===== DATA TO USE =====
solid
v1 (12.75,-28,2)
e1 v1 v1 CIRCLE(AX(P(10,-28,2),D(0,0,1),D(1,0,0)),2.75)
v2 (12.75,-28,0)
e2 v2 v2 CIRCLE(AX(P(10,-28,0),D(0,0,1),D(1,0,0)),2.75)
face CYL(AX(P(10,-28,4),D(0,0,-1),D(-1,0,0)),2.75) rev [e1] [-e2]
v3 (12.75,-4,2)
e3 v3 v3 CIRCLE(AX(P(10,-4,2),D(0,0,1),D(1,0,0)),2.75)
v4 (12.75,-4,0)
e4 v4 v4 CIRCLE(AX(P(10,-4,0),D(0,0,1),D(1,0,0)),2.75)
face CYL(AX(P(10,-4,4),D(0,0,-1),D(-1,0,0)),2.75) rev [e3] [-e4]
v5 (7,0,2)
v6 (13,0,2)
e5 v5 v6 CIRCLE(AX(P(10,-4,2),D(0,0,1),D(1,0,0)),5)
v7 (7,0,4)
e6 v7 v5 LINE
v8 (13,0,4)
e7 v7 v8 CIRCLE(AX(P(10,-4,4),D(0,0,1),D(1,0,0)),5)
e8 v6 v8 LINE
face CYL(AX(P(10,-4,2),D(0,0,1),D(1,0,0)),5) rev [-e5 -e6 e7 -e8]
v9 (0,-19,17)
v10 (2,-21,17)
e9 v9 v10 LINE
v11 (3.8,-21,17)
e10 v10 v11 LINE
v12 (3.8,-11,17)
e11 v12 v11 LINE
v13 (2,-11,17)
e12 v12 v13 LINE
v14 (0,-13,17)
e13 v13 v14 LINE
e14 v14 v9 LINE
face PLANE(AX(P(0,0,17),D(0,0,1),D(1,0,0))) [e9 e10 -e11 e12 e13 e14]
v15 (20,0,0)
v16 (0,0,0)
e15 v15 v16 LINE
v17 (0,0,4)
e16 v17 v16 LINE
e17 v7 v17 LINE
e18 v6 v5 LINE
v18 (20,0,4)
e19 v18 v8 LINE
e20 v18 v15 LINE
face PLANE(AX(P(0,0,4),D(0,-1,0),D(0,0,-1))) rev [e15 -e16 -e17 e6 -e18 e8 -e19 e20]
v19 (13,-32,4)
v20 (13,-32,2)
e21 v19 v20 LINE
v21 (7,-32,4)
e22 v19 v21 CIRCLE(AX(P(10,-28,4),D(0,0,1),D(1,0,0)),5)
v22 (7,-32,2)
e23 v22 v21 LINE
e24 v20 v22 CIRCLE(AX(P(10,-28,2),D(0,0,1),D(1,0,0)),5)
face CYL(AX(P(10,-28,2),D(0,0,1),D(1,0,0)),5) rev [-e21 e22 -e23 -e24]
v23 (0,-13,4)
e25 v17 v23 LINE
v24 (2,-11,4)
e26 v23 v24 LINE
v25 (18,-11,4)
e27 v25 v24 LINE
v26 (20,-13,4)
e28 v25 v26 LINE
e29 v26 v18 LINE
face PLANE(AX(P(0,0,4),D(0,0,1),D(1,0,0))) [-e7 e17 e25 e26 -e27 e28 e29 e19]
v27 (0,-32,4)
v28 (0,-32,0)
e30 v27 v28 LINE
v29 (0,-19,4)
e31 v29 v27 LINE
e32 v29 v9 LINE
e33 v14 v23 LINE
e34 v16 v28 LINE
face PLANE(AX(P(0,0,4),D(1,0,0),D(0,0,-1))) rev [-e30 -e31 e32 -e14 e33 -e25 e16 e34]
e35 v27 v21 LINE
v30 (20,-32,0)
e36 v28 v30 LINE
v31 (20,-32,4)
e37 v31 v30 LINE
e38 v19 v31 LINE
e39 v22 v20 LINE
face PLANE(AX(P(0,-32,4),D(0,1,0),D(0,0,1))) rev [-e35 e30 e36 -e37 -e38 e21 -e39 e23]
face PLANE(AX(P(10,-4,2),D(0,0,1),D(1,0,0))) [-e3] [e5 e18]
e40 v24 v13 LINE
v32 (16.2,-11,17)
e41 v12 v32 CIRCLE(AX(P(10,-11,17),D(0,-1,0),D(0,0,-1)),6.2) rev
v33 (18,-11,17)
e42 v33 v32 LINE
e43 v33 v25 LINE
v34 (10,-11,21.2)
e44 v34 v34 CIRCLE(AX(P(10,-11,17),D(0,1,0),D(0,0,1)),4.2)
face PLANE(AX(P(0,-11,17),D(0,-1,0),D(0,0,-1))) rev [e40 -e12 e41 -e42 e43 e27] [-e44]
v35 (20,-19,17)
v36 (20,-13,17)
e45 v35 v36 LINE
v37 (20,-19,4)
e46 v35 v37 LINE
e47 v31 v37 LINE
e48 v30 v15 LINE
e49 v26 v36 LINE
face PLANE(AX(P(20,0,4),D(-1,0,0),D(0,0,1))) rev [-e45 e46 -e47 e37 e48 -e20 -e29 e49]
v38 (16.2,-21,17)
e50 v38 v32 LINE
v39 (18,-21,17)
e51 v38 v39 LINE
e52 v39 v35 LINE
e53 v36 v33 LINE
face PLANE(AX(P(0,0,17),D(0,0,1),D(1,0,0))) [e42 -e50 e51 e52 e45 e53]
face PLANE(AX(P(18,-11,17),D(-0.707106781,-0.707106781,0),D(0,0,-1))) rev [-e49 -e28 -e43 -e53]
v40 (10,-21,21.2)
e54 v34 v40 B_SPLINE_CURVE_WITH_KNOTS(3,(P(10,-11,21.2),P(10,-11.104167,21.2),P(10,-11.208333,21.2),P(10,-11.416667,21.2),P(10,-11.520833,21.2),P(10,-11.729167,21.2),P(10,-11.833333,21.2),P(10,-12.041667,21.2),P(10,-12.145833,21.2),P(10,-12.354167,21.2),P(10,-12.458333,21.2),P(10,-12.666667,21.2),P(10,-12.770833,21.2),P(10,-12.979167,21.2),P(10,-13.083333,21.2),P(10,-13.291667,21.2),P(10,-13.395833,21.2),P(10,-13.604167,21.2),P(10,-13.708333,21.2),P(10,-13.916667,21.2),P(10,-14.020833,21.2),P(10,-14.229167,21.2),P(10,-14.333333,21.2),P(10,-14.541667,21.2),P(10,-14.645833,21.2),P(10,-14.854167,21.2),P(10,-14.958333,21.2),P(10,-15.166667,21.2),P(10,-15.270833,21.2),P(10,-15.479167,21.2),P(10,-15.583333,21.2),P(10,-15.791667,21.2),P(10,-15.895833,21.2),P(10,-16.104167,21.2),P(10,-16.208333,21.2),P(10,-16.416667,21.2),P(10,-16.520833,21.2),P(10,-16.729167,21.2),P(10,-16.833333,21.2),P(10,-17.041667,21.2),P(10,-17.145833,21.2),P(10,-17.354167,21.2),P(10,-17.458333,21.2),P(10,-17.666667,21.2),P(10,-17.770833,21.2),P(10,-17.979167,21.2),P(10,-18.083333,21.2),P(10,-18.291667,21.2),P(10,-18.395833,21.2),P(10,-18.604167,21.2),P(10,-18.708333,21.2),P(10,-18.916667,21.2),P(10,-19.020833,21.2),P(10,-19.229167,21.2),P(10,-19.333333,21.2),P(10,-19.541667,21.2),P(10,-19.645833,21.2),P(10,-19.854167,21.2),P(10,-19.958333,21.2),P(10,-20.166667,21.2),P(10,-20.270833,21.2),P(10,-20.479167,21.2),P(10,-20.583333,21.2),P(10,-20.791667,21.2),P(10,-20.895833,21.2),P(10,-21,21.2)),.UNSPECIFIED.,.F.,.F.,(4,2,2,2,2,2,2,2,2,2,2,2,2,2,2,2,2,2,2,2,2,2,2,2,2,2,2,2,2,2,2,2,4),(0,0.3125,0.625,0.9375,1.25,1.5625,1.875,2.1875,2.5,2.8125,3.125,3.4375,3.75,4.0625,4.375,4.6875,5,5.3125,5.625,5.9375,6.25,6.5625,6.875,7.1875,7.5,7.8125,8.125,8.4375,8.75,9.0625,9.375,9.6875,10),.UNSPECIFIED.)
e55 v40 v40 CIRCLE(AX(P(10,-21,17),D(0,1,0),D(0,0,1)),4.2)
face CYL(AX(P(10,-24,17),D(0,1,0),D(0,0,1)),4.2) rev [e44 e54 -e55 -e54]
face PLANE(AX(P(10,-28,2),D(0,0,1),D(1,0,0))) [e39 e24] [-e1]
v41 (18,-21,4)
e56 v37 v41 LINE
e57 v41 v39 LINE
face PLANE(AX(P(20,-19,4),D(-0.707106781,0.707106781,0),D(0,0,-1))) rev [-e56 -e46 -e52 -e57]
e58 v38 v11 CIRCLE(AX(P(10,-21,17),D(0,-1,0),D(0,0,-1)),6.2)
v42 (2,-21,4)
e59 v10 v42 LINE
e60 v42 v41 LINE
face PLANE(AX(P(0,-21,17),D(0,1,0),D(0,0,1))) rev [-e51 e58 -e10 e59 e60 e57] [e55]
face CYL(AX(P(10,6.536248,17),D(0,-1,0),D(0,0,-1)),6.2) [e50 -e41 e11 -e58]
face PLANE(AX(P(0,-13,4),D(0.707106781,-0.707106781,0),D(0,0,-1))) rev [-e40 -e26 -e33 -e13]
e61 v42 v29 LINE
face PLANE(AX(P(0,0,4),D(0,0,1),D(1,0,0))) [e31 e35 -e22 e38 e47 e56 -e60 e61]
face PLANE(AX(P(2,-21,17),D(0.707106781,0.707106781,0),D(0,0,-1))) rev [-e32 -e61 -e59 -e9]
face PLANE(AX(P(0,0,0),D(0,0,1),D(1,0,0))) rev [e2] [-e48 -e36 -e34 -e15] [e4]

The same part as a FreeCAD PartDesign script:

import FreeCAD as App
import Part
import Sketcher

V = App.Vector
Q = App.Units.Quantity


def edges_at(feature, points):
    """Names of the edges that pass closest to the given points."""
    edges = feature.Shape.Edges
    near = lambda p: min(range(len(edges)), key=lambda i: edges[i].distToShape(Part.Vertex(*p))[0])
    return sorted({f"Edge{near(p) + 1}" for p in points})


def add_polygon(sketch, points):
    """Adds a closed chain of lines whose ends are joined by coincident constraints."""
    first, n = sketch.GeometryCount, len(points)
    for a, b in zip(points, points[1:] + points[:1]):
        sketch.addGeometry(Part.LineSegment(App.Vector(*a, 0), App.Vector(*b, 0)), False)
    for i in range(n):
        sketch.addConstraint(Sketcher.Constraint("Coincident", first + i, 2, first + (i + 1) % n, 1))

doc = App.newDocument("Part")
params = doc.addObject("Spreadsheet::Sheet", "Params")
for row, (alias, value) in enumerate([
    ("sketch1_diameter", "5.5 mm"),
    ("sketch1_width", "20 mm"),
    ("sketch1_height", "32 mm"),
    ("pad1_length", "4 mm"),
    ("sketch2_width", "20 mm"),
    ("sketch2_height", "10 mm"),
    ("pad2_length", "13 mm"),
    ("sketch3_diameter", "12.4 mm"),
    ("pad3_length", "10 mm"),
    ("sketch4_diameter", "8.4 mm"),
    ("pocket1_length", "13 mm"),
    ("chamfer_size", "2 mm"),
    ("sketch5_diameter", "10 mm"),
    ("pocket2_length", "2 mm"),
], start=1):
    params.set(f"A{row}", alias)
    params.set(f"B{row}", "=" + value)
    params.setAlias(f"B{row}", alias)

body = doc.addObject("PartDesign::Body", "Body")

sketch1 = body.newObject("Sketcher::SketchObject", "Sketch")
sketch1.AttachmentSupport = (doc.getObject("XY_Plane"), [""])
sketch1.MapMode = "FlatFace"
add_polygon(sketch1, [(0, 0), (0, -32), (20, -32), (20, 0)])
sketch1.addGeometry(Part.Circle(V(10, -28, 0), V(0, 0, 1), 2.75), False)
sketch1.addGeometry(Part.Circle(V(10, -4, 0), V(0, 0, 1), 2.75), False)
sketch1.addConstraint([
    Sketcher.Constraint("Vertical", 0),
    Sketcher.Constraint("Horizontal", 1),
    Sketcher.Constraint("Vertical", 2),
    Sketcher.Constraint("Horizontal", 3),
    Sketcher.Constraint("Coincident", 3, 2, -1, 1),
    Sketcher.Constraint("Equal", 4, 5),
    Sketcher.Constraint("Vertical", 4, 3, 5, 3),
    Sketcher.Constraint("Diameter", 4, Q("5.5 mm")),
    Sketcher.Constraint("DistanceX", 1, 1, 1, 2, Q("20 mm")),
    Sketcher.Constraint("DistanceY", 0, 2, 0, 1, Q("32 mm")),
    Sketcher.Constraint("DistanceX", -1, 1, 4, 3, Q("10 mm")),
    Sketcher.Constraint("DistanceY", 4, 3, -1, 1, Q("28 mm")),
    Sketcher.Constraint("DistanceY", 5, 3, -1, 1, Q("4 mm")),
])
sketch1.setExpression("Constraints[11]", "Params.sketch1_diameter")
sketch1.setExpression("Constraints[12]", "Params.sketch1_width")
sketch1.setExpression("Constraints[13]", "Params.sketch1_height")
pad1 = body.newObject("PartDesign::Pad", "Pad")
pad1.Profile = sketch1
pad1.setExpression("Length", "Params.pad1_length")

sketch2 = body.newObject("Sketcher::SketchObject", "Sketch001")
sketch2.AttachmentSupport = (doc.getObject("XY_Plane"), [""])
sketch2.MapMode = "FlatFace"
sketch2.AttachmentOffset = App.Placement(V(0, 0, 4), App.Rotation())
add_polygon(sketch2, [(0, -11), (0, -21), (20, -21), (20, -11)])
sketch2.addConstraint([
    Sketcher.Constraint("Vertical", 0),
    Sketcher.Constraint("Horizontal", 1),
    Sketcher.Constraint("Vertical", 2),
    Sketcher.Constraint("Horizontal", 3),
    Sketcher.Constraint("PointOnObject", 0, 2, -2),
    Sketcher.Constraint("DistanceX", 1, 1, 1, 2, Q("20 mm")),
    Sketcher.Constraint("DistanceY", 0, 2, 0, 1, Q("10 mm")),
    Sketcher.Constraint("DistanceY", 0, 2, -1, 1, Q("21 mm")),
])
sketch2.setExpression("Constraints[9]", "Params.sketch2_width")
sketch2.setExpression("Constraints[10]", "Params.sketch2_height")
pad2 = body.newObject("PartDesign::Pad", "Pad001")
pad2.Profile = sketch2
pad2.setExpression("Length", "Params.pad2_length")

sketch3 = body.newObject("Sketcher::SketchObject", "Sketch002")
sketch3.AttachmentSupport = (doc.getObject("XZ_Plane"), [""])
sketch3.MapMode = "FlatFace"
sketch3.AttachmentOffset = App.Placement(V(0, 0, 21), App.Rotation())
sketch3.addGeometry(Part.Circle(V(10, 17, 0), V(0, 0, 1), 6.2), False)
sketch3.addConstraint([
    Sketcher.Constraint("Diameter", 0, Q("12.4 mm")),
    Sketcher.Constraint("DistanceX", -1, 1, 0, 3, Q("10 mm")),
    Sketcher.Constraint("DistanceY", -1, 1, 0, 3, Q("17 mm")),
])
sketch3.setExpression("Constraints[0]", "Params.sketch3_diameter")
pad3 = body.newObject("PartDesign::Pad", "Pad002")
pad3.Profile = sketch3
pad3.setExpression("Length", "Params.pad3_length")
pad3.Reversed = True

sketch4 = body.newObject("Sketcher::SketchObject", "Sketch003")
sketch4.AttachmentSupport = (doc.getObject("XZ_Plane"), [""])
sketch4.MapMode = "FlatFace"
sketch4.AttachmentOffset = App.Placement(V(0, 0, 11), App.Rotation())
sketch4.addGeometry(Part.Circle(V(10, 17, 0), V(0, 0, 1), 4.2), False)
sketch4.addConstraint([
    Sketcher.Constraint("Diameter", 0, Q("8.4 mm")),
    Sketcher.Constraint("DistanceX", -1, 1, 0, 3, Q("10 mm")),
    Sketcher.Constraint("DistanceY", -1, 1, 0, 3, Q("17 mm")),
])
sketch4.setExpression("Constraints[0]", "Params.sketch4_diameter")
pocket1 = body.newObject("PartDesign::Pocket", "Pocket")
pocket1.Profile = sketch4
pocket1.setExpression("Length", "Params.pocket1_length")
pocket1.Reversed = True
doc.recompute()

chamfer = body.newObject("PartDesign::Chamfer", "Chamfer")
chamfer.Base = (pocket1, edges_at(pocket1, [
    (0, -11, 10.5),
    (0, -21, 10.5),
    (20, -21, 10.5),
    (20, -11, 10.5),
]))
chamfer.setExpression("Size", "Params.chamfer_size")

sketch5 = body.newObject("Sketcher::SketchObject", "Sketch004")
sketch5.AttachmentSupport = (doc.getObject("XY_Plane"), [""])
sketch5.MapMode = "FlatFace"
sketch5.AttachmentOffset = App.Placement(V(0, 0, 4), App.Rotation())
sketch5.addGeometry([
    Part.Circle(V(10, -28, 0), V(0, 0, 1), 5),
    Part.Circle(V(10, -4, 0), V(0, 0, 1), 5),
], False)
sketch5.addConstraint([
    Sketcher.Constraint("Equal", 0, 1),
    Sketcher.Constraint("Vertical", 0, 3, 1, 3),
    Sketcher.Constraint("Diameter", 0, Q("10 mm")),
    Sketcher.Constraint("DistanceX", -1, 1, 0, 3, Q("10 mm")),
    Sketcher.Constraint("DistanceY", 0, 3, -1, 1, Q("28 mm")),
    Sketcher.Constraint("DistanceY", 1, 3, -1, 1, Q("4 mm")),
])
sketch5.setExpression("Constraints[2]", "Params.sketch5_diameter")
pocket2 = body.newObject("PartDesign::Pocket", "Pocket001")
pocket2.Profile = sketch5
pocket2.setExpression("Length", "Params.pocket2_length")

doc.recompute()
=====
## EXERCISE:
Look above and return each line of the records exactly, from the very first through the line with "v14 (0,-13,17)", both included.

## SOLUTION FOR THIS PROBLEM:
solid
v1 (12.75,-28,2)
e1 v1 v1 CIRCLE(AX(P(10,-28,2),D(0,0,1),D(1,0,0)),2.75)
v2 (12.75,-28,0)
e2 v2 v2 CIRCLE(AX(P(10,-28,0),D(0,0,1),D(1,0,0)),2.75)
face CYL(AX(P(10,-28,4),D(0,0,-1),D(-1,0,0)),2.75) rev [e1] [-e2]
v3 (12.75,-4,2)
e3 v3 v3 CIRCLE(AX(P(10,-4,2),D(0,0,1),D(1,0,0)),2.75)
v4 (12.75,-4,0)
e4 v4 v4 CIRCLE(AX(P(10,-4,0),D(0,0,1),D(1,0,0)),2.75)
face CYL(AX(P(10,-4,4),D(0,0,-1),D(-1,0,0)),2.75) rev [e3] [-e4]
v5 (7,0,2)
v6 (13,0,2)
e5 v5 v6 CIRCLE(AX(P(10,-4,2),D(0,0,1),D(1,0,0)),5)
v7 (7,0,4)
e6 v7 v5 LINE
v8 (13,0,4)
e7 v7 v8 CIRCLE(AX(P(10,-4,4),D(0,0,1),D(1,0,0)),5)
e8 v6 v8 LINE
face CYL(AX(P(10,-4,2),D(0,0,1),D(1,0,0)),5) rev [-e5 -e6 e7 -e8]
v9 (0,-19,17)
v10 (2,-21,17)
e9 v9 v10 LINE
v11 (3.8,-21,17)
e10 v10 v11 LINE
v12 (3.8,-11,17)
e11 v12 v11 LINE
v13 (2,-11,17)
e12 v12 v13 LINE
v14 (0,-13,17)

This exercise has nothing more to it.